Du XIXe au XXIe siècle

Quelles découvertes proposent aujourd’hui les classiques? «Tout a été dit, mais tout est à réinventer, croit Claude Poissant. Si ces pièces-là ont été écrites et ont passé l’épreuve du temps, c’est qu’on a tous quelque chose à y découvrir. Comme spectateur, comme metteur en scène, comme acteur. Si on s’abandonne à ça, il y a un voyage extrêmement beau à faire, et enrichissant humainement.»

Selon la comédienne et le metteur en scène, le propos des Caprices de Marianne réveille encore un écho aujourd’hui. Nadine Meloche y voit une réflexion sur la situation de la femme. Marianne, bel oiseau prisonnier de sa cage dorée, à la suite, on l’imagine, d’un mariage de convenances, en vient peu à peu, et souvent avec beaucoup de maladresse, à refuser cette vision de la femme.

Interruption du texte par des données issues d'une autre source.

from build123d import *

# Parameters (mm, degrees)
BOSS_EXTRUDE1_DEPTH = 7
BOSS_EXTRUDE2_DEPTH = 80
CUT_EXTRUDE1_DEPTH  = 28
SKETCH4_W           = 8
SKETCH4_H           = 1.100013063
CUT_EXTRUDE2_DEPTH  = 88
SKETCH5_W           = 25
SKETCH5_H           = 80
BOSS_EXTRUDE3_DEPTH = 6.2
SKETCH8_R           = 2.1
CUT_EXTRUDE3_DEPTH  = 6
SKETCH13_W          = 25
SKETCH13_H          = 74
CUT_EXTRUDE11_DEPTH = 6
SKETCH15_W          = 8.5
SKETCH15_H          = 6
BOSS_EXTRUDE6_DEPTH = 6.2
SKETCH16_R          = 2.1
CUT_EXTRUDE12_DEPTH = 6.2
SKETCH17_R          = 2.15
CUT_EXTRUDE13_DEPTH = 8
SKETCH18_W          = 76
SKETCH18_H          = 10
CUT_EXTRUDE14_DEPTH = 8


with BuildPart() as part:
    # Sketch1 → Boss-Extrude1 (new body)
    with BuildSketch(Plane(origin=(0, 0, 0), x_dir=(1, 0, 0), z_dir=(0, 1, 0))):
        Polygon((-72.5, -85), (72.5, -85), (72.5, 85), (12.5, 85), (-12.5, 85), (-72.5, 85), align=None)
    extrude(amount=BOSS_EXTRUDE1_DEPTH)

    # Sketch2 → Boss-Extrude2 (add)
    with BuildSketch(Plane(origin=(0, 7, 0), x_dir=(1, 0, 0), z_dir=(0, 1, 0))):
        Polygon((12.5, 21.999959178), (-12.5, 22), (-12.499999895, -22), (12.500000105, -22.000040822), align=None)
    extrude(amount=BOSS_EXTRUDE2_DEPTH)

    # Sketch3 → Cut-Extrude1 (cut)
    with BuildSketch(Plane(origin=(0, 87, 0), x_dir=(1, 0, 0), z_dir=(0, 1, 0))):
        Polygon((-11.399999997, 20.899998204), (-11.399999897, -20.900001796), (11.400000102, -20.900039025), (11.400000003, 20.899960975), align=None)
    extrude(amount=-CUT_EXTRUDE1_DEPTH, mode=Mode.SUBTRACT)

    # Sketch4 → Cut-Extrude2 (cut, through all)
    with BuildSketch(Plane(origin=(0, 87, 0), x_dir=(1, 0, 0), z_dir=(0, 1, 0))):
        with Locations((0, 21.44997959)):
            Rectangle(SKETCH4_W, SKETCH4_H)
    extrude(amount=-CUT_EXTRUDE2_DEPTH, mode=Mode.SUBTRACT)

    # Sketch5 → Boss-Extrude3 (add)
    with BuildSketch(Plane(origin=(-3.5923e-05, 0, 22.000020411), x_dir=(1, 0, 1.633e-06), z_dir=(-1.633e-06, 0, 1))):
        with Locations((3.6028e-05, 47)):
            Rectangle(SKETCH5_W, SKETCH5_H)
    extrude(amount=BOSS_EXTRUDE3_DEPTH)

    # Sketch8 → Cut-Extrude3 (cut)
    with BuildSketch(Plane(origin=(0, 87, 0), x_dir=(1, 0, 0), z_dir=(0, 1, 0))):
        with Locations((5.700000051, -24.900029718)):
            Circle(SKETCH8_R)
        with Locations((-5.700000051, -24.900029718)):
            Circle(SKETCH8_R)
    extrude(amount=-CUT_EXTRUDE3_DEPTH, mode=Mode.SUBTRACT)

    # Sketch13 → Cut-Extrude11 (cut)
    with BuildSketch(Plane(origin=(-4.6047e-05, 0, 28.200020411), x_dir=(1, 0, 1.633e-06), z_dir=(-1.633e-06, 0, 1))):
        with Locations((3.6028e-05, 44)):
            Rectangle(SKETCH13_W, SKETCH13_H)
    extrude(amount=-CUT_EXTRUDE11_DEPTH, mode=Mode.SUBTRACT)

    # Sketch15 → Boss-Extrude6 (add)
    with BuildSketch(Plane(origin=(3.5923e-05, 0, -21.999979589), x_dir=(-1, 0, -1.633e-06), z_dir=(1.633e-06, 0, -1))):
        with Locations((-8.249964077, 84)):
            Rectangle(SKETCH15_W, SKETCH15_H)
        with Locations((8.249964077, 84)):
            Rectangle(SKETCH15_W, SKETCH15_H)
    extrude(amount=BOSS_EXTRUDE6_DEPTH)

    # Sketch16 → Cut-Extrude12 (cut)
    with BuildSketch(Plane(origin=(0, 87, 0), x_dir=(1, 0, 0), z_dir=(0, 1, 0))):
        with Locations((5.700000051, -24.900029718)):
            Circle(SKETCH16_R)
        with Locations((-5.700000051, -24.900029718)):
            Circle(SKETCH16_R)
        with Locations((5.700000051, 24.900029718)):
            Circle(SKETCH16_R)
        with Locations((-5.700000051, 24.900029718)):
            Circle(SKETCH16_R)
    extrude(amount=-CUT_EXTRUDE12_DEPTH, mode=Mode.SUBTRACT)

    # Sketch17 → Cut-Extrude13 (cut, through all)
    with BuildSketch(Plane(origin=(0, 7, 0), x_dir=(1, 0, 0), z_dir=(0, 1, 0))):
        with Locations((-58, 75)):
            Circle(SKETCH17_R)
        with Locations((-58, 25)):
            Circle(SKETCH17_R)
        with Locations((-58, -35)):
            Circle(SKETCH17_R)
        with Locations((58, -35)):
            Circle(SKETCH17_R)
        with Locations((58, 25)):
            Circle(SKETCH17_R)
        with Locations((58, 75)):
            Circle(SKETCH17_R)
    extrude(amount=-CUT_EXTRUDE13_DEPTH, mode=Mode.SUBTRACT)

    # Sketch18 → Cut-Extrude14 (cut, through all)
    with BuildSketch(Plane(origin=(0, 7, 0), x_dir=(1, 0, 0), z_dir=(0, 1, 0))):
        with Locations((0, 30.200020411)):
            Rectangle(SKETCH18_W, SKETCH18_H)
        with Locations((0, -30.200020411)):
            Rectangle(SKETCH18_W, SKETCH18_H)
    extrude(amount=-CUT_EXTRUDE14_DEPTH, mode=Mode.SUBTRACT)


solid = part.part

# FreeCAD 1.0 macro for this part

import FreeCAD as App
import Part
import Sketcher
from FreeCAD import Vector


def add_polygon(sketch, points):
    """Adds a closed chain of lines whose ends are joined by coincident constraints."""
    first, n = sketch.GeometryCount, len(points)
    for a, b in zip(points, points[1:] + points[:1]):
        sketch.addGeometry(Part.LineSegment(App.Vector(*a, 0), App.Vector(*b, 0)), False)
    for i in range(n):
        sketch.addConstraint(Sketcher.Constraint("Coincident", first + i, 2, first + (i + 1) % n, 1))

doc = App.newDocument("Part")
body = doc.addObject("PartDesign::Body", "Body")

# Sketch on XZ plane
sketch1 = doc.addObject("Sketcher::SketchObject", "Sketch")
body.addObject(sketch1)
sketch1.AttachmentSupport = (doc.XZ_Plane, [""])
sketch1.MapMode = "FlatFace"
add_polygon(sketch1, [(-72, 85), (72, 85), (72, -85), (-72, -85)])  # lines 0-3
sketch1.addConstraint(Sketcher.Constraint("Horizontal", 0))
sketch1.addConstraint(Sketcher.Constraint("Vertical", 1))
sketch1.addConstraint(Sketcher.Constraint("Horizontal", 2))
sketch1.addConstraint(Sketcher.Constraint("Vertical", 3))
sketch1.addConstraint(Sketcher.Constraint("Symmetric", 0, 2, 2, 2, -1, 1))
sketch1.addConstraint(Sketcher.Constraint("DistanceX", 0, 1, 0, 2, 145.0))
sketch1.addConstraint(Sketcher.Constraint("DistanceY", 1, 2, 1, 1, 170.0))
pad1 = doc.addObject("PartDesign::Pad", "Pad")
body.addObject(pad1)
pad1.Profile = sketch1
pad1.Length = 7
pad1.Reversed = True

# Sketch on XZ plane
sketch2 = doc.addObject("Sketcher::SketchObject", "Sketch001")
body.addObject(sketch2)
sketch2.AttachmentSupport = (doc.XZ_Plane, [""])
sketch2.MapMode = "FlatFace"
sketch2.AttachmentOffset = App.Placement(Vector(0, 0, -7), App.Rotation())
add_polygon(sketch2, [(12.5, -21.999959), (-12.5, -22), (-12.5, 22), (12.5, 22.000041)])  # lines 0-3
sketch2.addConstraint(Sketcher.Constraint("Vertical", 1))
sketch2.addConstraint(Sketcher.Constraint("Vertical", 3))
sketch2.addConstraint(Sketcher.Constraint("Parallel", 0, 2))
sketch2.addConstraint(Sketcher.Constraint("DistanceY", 1, 1, 1, 2, 44.0))
sketch2.addConstraint(Sketcher.Constraint("Distance", 0, 25.0))
sketch2.addConstraint(Sketcher.Constraint("DistanceY", 0, 2, -1, 1, 22.0))
sketch2.addConstraint(Sketcher.Constraint("DistanceX", 0, 2, -1, 1, 12.5))
sketch2.addConstraint(Sketcher.Constraint("DistanceY", -1, 1, 2, 2, 22.000041))
pad2 = doc.addObject("PartDesign::Pad", "Pad001")
body.addObject(pad2)
pad2.Profile = sketch2
pad2.Length = 80
pad2.Reversed = True

# Sketch on XZ plane
sketch3 = doc.addObject("Sketcher::SketchObject", "Sketch002")
body.addObject(sketch3)
sketch3.AttachmentSupport = (doc.XZ_Plane, [""])
sketch3.MapMode = "FlatFace"
sketch3.AttachmentOffset = App.Placement(Vector(0, 0, -87), App.Rotation())
add_polygon(sketch3, [(-11, -21), (-11, 21), (11, 21), (11, -21)])  # lines 0-3
sketch3.addConstraint(Sketcher.Constraint("Vertical", 0))
sketch3.addConstraint(Sketcher.Constraint("Vertical", 2))
sketch3.addConstraint(Sketcher.Constraint("Parallel", 1, 3))
sketch3.addConstraint(Sketcher.Constraint("DistanceY", 0, 1, 0, 2, 41.8))
sketch3.addConstraint(Sketcher.Constraint("Distance", 1, 22.8))
sketch3.addConstraint(Sketcher.Constraint("DistanceX", 0, 2, -1, 1, 11.4))
sketch3.addConstraint(Sketcher.Constraint("DistanceY", -1, 1, 0, 2, 20.900002))
sketch3.addConstraint(Sketcher.Constraint("DistanceY", -1, 1, 1, 2, 20.900039))
pocket1 = doc.addObject("PartDesign::Pocket", "Pocket")
body.addObject(pocket1)
pocket1.Profile = sketch3
pocket1.Length = 28
pocket1.Reversed = True

# Sketch on XZ plane
sketch4 = doc.addObject("Sketcher::SketchObject", "Sketch003")
body.addObject(sketch4)
sketch4.AttachmentSupport = (doc.XZ_Plane, [""])
sketch4.MapMode = "FlatFace"
sketch4.AttachmentOffset = App.Placement(Vector(0, 0, -87), App.Rotation())
add_polygon(sketch4, [(-4, -21.999986), (-4, -20.899973), (4, -20.899973), (4, -21.999986)])  # lines 0-3
sketch4.addConstraint(Sketcher.Constraint("Vertical", 0))
sketch4.addConstraint(Sketcher.Constraint("Horizontal", 1))
sketch4.addConstraint(Sketcher.Constraint("Vertical", 2))
sketch4.addConstraint(Sketcher.Constraint("Horizontal", 3))
sketch4.addConstraint(Sketcher.Constraint("DistanceX", 1, 1, 1, 2, 8.0))
sketch4.addConstraint(Sketcher.Constraint("DistanceX", 0, 2, -1, 1, 4.0))
sketch4.addConstraint(Sketcher.Constraint("DistanceY", 0, 1, 0, 2, 1.100013))
sketch4.addConstraint(Sketcher.Constraint("DistanceY", 0, 2, -1, 1, 20.899973))
pocket2 = doc.addObject("PartDesign::Pocket", "Pocket001")
body.addObject(pocket2)
pocket2.Profile = sketch4
pocket2.Type = "ThroughAll"
pocket2.Reversed = True

# Sketch on XY plane
sketch5 = doc.addObject("Sketcher::SketchObject", "Sketch004")
body.addObject(sketch5)
sketch5.AttachmentSupport = (doc.XY_Plane, [""])
sketch5.MapMode = "FlatFace"
sketch5.AttachmentOffset = App.Placement(Vector(0, 0, 22.00002), App.Rotation())
add_polygon(sketch5, [(-12, 87), (-12, 7), (13, 7), (13, 87)])  # lines 0-3
sketch5.addConstraint(Sketcher.Constraint("Vertical", 0))
sketch5.addConstraint(Sketcher.Constraint("Horizontal", 1))
sketch5.addConstraint(Sketcher.Constraint("Vertical", 2))
sketch5.addConstraint(Sketcher.Constraint("Horizontal", 3))
sketch5.addConstraint(Sketcher.Constraint("DistanceX", 1, 1, 1, 2, 25.0))
sketch5.addConstraint(Sketcher.Constraint("DistanceY", 0, 2, 0, 1, 80.0))
sketch5.addConstraint(Sketcher.Constraint("DistanceY", -1, 1, 0, 2, 7.0))
sketch5.addConstraint(Sketcher.Constraint("DistanceX", 0, 2, -1, 1, 12.5))
pad3 = doc.addObject("PartDesign::Pad", "Pad002")
body.addObject(pad3)
pad3.Profile = sketch5
pad3.Length = 6.2

# Sketch on XZ plane
sketch6 = doc.addObject("Sketcher::SketchObject", "Sketch005")
body.addObject(sketch6)
sketch6.AttachmentSupport = (doc.XZ_Plane, [""])
sketch6.MapMode = "FlatFace"
sketch6.AttachmentOffset = App.Placement(Vector(0, 0, -87), App.Rotation())
sketch6.addGeometry(Part.Circle(Vector(5.7, 24.90003, 0), Vector(0, 0, 1), 2.1), False)
sketch6.addGeometry(Part.Circle(Vector(-5.7, 24.90003, 0), Vector(0, 0, 1), 2.1), False)
sketch6.addConstraint(Sketcher.Constraint("Equal", 0, 1))
sketch6.addConstraint(Sketcher.Constraint("Symmetric", 0, 3, 1, 3, -2))
sketch6.addConstraint(Sketcher.Constraint("Diameter", 0, 4.2))
sketch6.addConstraint(Sketcher.Constraint("DistanceX", -1, 1, 0, 3, 5.7))
sketch6.addConstraint(Sketcher.Constraint("DistanceY", -1, 1, 0, 3, 24.90003))
pocket3 = doc.addObject("PartDesign::Pocket", "Pocket002")
body.addObject(pocket3)
pocket3.Profile = sketch6
pocket3.Length = 6
pocket3.Reversed = True

# Sketch on XY plane
sketch7 = doc.addObject("Sketcher::SketchObject", "Sketch006")
body.addObject(sketch7)
sketch7.AttachmentSupport = (doc.XY_Plane, [""])
sketch7.MapMode = "FlatFace"
sketch7.AttachmentOffset = App.Placement(Vector(0, 0, 28.20002), App.Rotation())
add_polygon(sketch7, [(-13, 81), (-13, 7), (12, 7), (12, 81)])  # lines 0-3
sketch7.addConstraint(Sketcher.Constraint("Vertical", 0))
sketch7.addConstraint(Sketcher.Constraint("Horizontal", 1))
sketch7.addConstraint(Sketcher.Constraint("Vertical", 2))
sketch7.addConstraint(Sketcher.Constraint("Horizontal", 3))
sketch7.addConstraint(Sketcher.Constraint("DistanceX", 1, 1, 1, 2, 25.0))
sketch7.addConstraint(Sketcher.Constraint("DistanceY", 0, 2, 0, 1, 74.0))
sketch7.addConstraint(Sketcher.Constraint("DistanceY", -1, 1, 0, 2, 7.0))
sketch7.addConstraint(Sketcher.Constraint("DistanceX", 0, 2, -1, 1, 12.50001))
pocket4 = doc.addObject("PartDesign::Pocket", "Pocket003")
body.addObject(pocket4)
pocket4.Profile = sketch7
pocket4.Length = 6

# Sketch on XY plane
sketch8 = doc.addObject("Sketcher::SketchObject", "Sketch007")
body.addObject(sketch8)
sketch8.AttachmentSupport = (doc.XY_Plane, [""])
sketch8.MapMode = "FlatFace"
sketch8.AttachmentOffset = App.Placement(Vector(0, 0, -21.99998), App.Rotation())
add_polygon(sketch8, [(12, 87), (12, 81), (4, 81), (4, 87)])  # lines 0-3
add_polygon(sketch8, [(-4, 87), (-4, 81), (-12, 81), (-12, 87)])  # lines 4-7
sketch8.addConstraint(Sketcher.Constraint("Vertical", 0))
sketch8.addConstraint(Sketcher.Constraint("Horizontal", 1))
sketch8.addConstraint(Sketcher.Constraint("Vertical", 2))
sketch8.addConstraint(Sketcher.Constraint("Horizontal", 3))
sketch8.addConstraint(Sketcher.Constraint("Vertical", 4))
sketch8.addConstraint(Sketcher.Constraint("Horizontal", 5))
sketch8.addConstraint(Sketcher.Constraint("Vertical", 6))
sketch8.addConstraint(Sketcher.Constraint("Horizontal", 7))
sketch8.addConstraint(Sketcher.Constraint("Horizontal", 1, 2, 4, 2))
sketch8.addConstraint(Sketcher.Constraint("Horizontal", 3, 2, 6, 2))
sketch8.addConstraint(Sketcher.Constraint("Equal", 3, 5))
sketch8.addConstraint(Sketcher.Constraint("DistanceY", 0, 2, 0, 1, 6.0))
sketch8.addConstraint(Sketcher.Constraint("DistanceX", 1, 2, 1, 1, 8.5))
sketch8.addConstraint(Sketcher.Constraint("DistanceY", -1, 1, 0, 2, 81.0))
sketch8.addConstraint(Sketcher.Constraint("DistanceX", -1, 1, 1, 2, 4.0))
sketch8.addConstraint(Sketcher.Constraint("DistanceX", 4, 2, -1, 1, 3.999928))
pad4 = doc.addObject("PartDesign::Pad", "Pad003")
body.addObject(pad4)
pad4.Profile = sketch8
pad4.Length = 6.2
pad4.Reversed = True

Il y est également question de fidélité, d’amitié, d’amour. Claude Poissant observe que par peur, les personnages se cachent. Dans leurs balbutiements amoureux, on retrouve les éternelles hésitations et pudeurs de nos relations amoureuses. «Je dis exactement le contraire de ce que je sens», pourraient-ils confier. Dès lors, «toute la relation amoureuse devient une relation de mensonge et de pouvoir». À cela s’ajoutent l’ironie de l’auteur, ses désillusions, miroirs aussi de notre époque. Souvent exprimé par Octave, le «sarcasme sous-jacent est probablement une armure pour cacher énormément de choses et faire en sorte que tous les sentiments humains soient retenus, mal avoués».

Sous un manteau de fantaisie, Musset vise et touche. Non sans se permettre, au passage, de s’amuser de lui-même. N’est-ce pas le propre des grandes oeuvres, comme celle de Musset, que d’atteindre «l’âme humaine»?